* [WORK INSTRUCTION]:
Each record must be output exactly and in full.

* [Collected data]:

= = =

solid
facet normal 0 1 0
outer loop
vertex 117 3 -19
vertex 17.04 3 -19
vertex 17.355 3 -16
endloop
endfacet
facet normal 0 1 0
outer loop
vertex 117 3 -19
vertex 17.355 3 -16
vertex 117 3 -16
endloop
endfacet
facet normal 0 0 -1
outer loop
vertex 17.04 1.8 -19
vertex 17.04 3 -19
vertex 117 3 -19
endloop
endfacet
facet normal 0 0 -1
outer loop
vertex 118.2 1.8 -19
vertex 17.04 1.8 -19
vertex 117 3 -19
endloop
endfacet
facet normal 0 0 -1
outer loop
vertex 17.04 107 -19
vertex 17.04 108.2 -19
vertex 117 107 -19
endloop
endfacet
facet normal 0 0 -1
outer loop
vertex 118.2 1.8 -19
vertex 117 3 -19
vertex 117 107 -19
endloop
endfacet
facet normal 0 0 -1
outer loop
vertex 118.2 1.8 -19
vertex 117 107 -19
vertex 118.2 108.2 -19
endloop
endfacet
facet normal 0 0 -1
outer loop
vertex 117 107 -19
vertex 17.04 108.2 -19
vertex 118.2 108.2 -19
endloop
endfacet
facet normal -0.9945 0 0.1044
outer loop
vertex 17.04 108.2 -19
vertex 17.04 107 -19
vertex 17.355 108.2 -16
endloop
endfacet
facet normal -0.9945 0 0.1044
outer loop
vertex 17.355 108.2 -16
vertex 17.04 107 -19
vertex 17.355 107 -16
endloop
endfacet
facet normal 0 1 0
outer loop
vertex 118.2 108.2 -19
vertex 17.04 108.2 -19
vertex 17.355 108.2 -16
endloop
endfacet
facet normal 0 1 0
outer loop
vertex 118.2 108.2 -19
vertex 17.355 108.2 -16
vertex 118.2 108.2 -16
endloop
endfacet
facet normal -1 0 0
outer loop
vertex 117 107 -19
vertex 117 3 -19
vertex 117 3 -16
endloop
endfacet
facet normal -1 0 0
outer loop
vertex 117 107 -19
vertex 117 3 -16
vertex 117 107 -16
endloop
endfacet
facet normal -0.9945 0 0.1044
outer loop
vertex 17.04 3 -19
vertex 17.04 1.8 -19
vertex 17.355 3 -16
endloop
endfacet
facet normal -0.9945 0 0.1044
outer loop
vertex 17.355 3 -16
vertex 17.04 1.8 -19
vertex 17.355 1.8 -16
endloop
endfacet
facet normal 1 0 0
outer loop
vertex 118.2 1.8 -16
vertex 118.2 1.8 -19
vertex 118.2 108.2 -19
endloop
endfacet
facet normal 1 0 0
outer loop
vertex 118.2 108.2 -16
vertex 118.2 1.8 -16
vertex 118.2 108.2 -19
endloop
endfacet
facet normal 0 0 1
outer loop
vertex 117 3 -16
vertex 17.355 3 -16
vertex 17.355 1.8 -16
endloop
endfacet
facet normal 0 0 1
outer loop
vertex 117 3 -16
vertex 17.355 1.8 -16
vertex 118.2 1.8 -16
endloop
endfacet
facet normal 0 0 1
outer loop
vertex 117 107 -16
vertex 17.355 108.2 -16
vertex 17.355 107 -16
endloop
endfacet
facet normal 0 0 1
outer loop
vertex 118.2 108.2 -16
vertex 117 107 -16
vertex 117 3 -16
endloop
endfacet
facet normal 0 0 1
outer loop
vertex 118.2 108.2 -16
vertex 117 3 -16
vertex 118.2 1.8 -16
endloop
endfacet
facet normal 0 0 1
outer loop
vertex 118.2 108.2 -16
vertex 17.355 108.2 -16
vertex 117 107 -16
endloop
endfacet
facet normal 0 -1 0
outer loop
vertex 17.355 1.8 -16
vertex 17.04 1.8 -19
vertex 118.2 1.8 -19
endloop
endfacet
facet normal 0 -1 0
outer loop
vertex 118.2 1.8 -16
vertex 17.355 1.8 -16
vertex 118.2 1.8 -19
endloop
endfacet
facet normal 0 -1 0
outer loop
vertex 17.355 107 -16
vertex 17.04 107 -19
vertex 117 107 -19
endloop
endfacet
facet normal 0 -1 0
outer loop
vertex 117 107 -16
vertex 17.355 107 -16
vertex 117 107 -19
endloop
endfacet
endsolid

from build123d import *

# Parameters (mm, degrees)
PAD006_DEPTH = 110
BOX051_W     = 117
BOX051_H     = 104
BOX051_DEPTH = 3
BOX050_W     = 118.2
BOX050_H     = 106.4
BOX050_DEPTH = 3


with BuildPart() as body004:
    # CopySketch011 → Pad006 (new body)
    with BuildSketch(Plane(origin=(0, 0, -162), x_dir=(1, 0, 0), z_dir=(0, -1, 0))):
        Polygon((0, 0), (2.01, 0), (19.87772, 170), (0, 170), align=None)
    extrude(amount=-PAD006_DEPTH)


with BuildPart() as cube043:
    # Box051 → Box051 (new body)
    with BuildSketch(Plane(origin=(0, 1.2, 0), x_dir=(1, 0, 0), z_dir=(0, 0, 1))):
        with Locations((58.5, 52)):
            Rectangle(BOX051_W, BOX051_H)
    extrude(amount=BOX051_DEPTH)


with BuildPart() as deckel_rahmen_cut:
    # Box050 → Box050 (new body)
    with BuildSketch(Plane.XY):
        with Locations((59.1, 53.2)):
            Rectangle(BOX050_W, BOX050_H)
    extrude(amount=BOX050_DEPTH)

    # Cut050: cut Cube043
    add(cube043.part, mode=Mode.SUBTRACT)


with BuildPart() as deckel_rahmen_cut_1:
    # Cut050 placement: moved
    add(deckel_rahmen_cut.part.moved(Location((0, 1.8, -19))))

    # Cut051: cut Body004
    add(body004.part, mode=Mode.SUBTRACT)


solid = deckel_rahmen_cut_1.part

= = =

* [SOLUTION FOR THIS EXERCISE]:
solid
facet normal 0 1 0
outer loop
vertex 117 3 -19
vertex 17.04 3 -19
vertex 17.355 3 -16
endloop
endfacet
facet normal 0 1 0
outer loop
vertex 117 3 -19
vertex 17.355 3 -16
vertex 117 3 -16
endloop
endfacet
facet normal 0 0 -1
outer loop
vertex 17.04 1.8 -19
vertex 17.04 3 -19
vertex 117 3 -19
endloop
endfacet
facet normal 0 0 -1
outer loop
vertex 118.2 1.8 -19
vertex 17.04 1.8 -19
vertex 117 3 -19
endloop
endfacet
facet normal 0 0 -1
outer loop
vertex 17.04 107 -19
vertex 17.04 108.2 -19
vertex 117 107 -19
endloop
endfacet
facet normal 0 0 -1
outer loop
vertex 118.2 1.8 -19
vertex 117 3 -19
vertex 117 107 -19
endloop
endfacet
facet normal 0 0 -1
outer loop
vertex 118.2 1.8 -19
vertex 117 107 -19
vertex 118.2 108.2 -19
endloop
endfacet
facet normal 0 0 -1
outer loop
vertex 117 107 -19
vertex 17.04 108.2 -19
vertex 118.2 108.2 -19
endloop
endfacet
facet normal -0.9945 0 0.1044
outer loop
vertex 17.04 108.2 -19
vertex 17.04 107 -19
vertex 17.355 108.2 -16
endloop
endfacet
facet normal -0.9945 0 0.1044
outer loop
vertex 17.355 108.2 -16
vertex 17.04 107 -19
vertex 17.355 107 -16
endloop
endfacet
facet normal 0 1 0
outer loop
vertex 118.2 108.2 -19
vertex 17.04 108.2 -19
vertex 17.355 108.2 -16
endloop
endfacet
facet normal 0 1 0
outer loop
vertex 118.2 108.2 -19
vertex 17.355 108.2 -16
vertex 118.2 108.2 -16
endloop
endfacet
facet normal -1 0 0
outer loop
vertex 117 107 -19
vertex 117 3 -19
vertex 117 3 -16
endloop
endfacet
facet normal -1 0 0
outer loop
vertex 117 107 -19
vertex 117 3 -16
vertex 117 107 -16
endloop
endfacet
facet normal -0.9945 0 0.1044
outer loop
vertex 17.04 3 -19
vertex 17.04 1.8 -19
vertex 17.355 3 -16
endloop
endfacet
facet normal -0.9945 0 0.1044
outer loop
vertex 17.355 3 -16
vertex 17.04 1.8 -19
vertex 17.355 1.8 -16
endloop
endfacet
facet normal 1 0 0
outer loop
vertex 118.2 1.8 -16
vertex 118.2 1.8 -19
vertex 118.2 108.2 -19
endloop
endfacet
facet normal 1 0 0
outer loop
vertex 118.2 108.2 -16
vertex 118.2 1.8 -16
vertex 118.2 108.2 -19
endloop
endfacet
facet normal 0 0 1
outer loop
vertex 117 3 -16
vertex 17.355 3 -16
vertex 17.355 1.8 -16
endloop
endfacet
facet normal 0 0 1
outer loop
vertex 117 3 -16
vertex 17.355 1.8 -16
vertex 118.2 1.8 -16
endloop
endfacet
facet normal 0 0 1
outer loop
vertex 117 107 -16
vertex 17.355 108.2 -16
vertex 17.355 107 -16
endloop
endfacet
facet normal 0 0 1
outer loop
vertex 118.2 108.2 -16
vertex 117 107 -16
vertex 117 3 -16
endloop
endfacet
facet normal 0 0 1
outer loop
vertex 118.2 108.2 -16
vertex 117 3 -16
vertex 118.2 1.8 -16
endloop
endfacet
facet normal 0 0 1
outer loop
vertex 118.2 108.2 -16
vertex 17.355 108.2 -16
vertex 117 107 -16
endloop
endfacet
facet normal 0 -1 0
outer loop
vertex 17.355 1.8 -16
vertex 17.04 1.8 -19
vertex 118.2 1.8 -19
endloop
endfacet
facet normal 0 -1 0
outer loop
vertex 118.2 1.8 -16
vertex 17.355 1.8 -16
vertex 118.2 1.8 -19
endloop
endfacet
facet normal 0 -1 0
outer loop
vertex 17.355 107 -16
vertex 17.04 107 -19
vertex 117 107 -19
endloop
endfacet
facet normal 0 -1 0
outer loop
vertex 117 107 -16
vertex 17.355 107 -16
vertex 117 107 -19
endloop
endfacet
endsolid

from build123d import *

# Parameters (mm, degrees)
PAD006_DEPTH = 110
BOX051_W     = 117
BOX051_H     = 104
BOX051_DEPTH = 3
BOX050_W     = 118.2
BOX050_H     = 106.4
BOX050_DEPTH = 3


with BuildPart() as body004:
    # CopySketch011 → Pad006 (new body)
    with BuildSketch(Plane(origin=(0, 0, -162), x_dir=(1, 0, 0), z_dir=(0, -1, 0))):
        Polygon((0, 0), (2.01, 0), (19.87772, 170), (0, 170), align=None)
    extrude(amount=-PAD006_DEPTH)


with BuildPart() as cube043:
    # Box051 → Box051 (new body)
    with BuildSketch(Plane(origin=(0, 1.2, 0), x_dir=(1, 0, 0), z_dir=(0, 0, 1))):
        with Locations((58.5, 52)):
            Rectangle(BOX051_W, BOX051_H)
    extrude(amount=BOX051_DEPTH)


with BuildPart() as deckel_rahmen_cut:
    # Box050 → Box050 (new body)
    with BuildSketch(Plane.XY):
        with Locations((59.1, 53.2)):
            Rectangle(BOX050_W, BOX050_H)
    extrude(amount=BOX050_DEPTH)

    # Cut050: cut Cube043
    add(cube043.part, mode=Mode.SUBTRACT)


with BuildPart() as deckel_rahmen_cut_1:
    # Cut050 placement: moved
    add(deckel_rahmen_cut.part.moved(Location((0, 1.8, -19))))

    # Cut051: cut Body004
    add(body004.part, mode=Mode.SUBTRACT)


solid = deckel_rahmen_cut_1.part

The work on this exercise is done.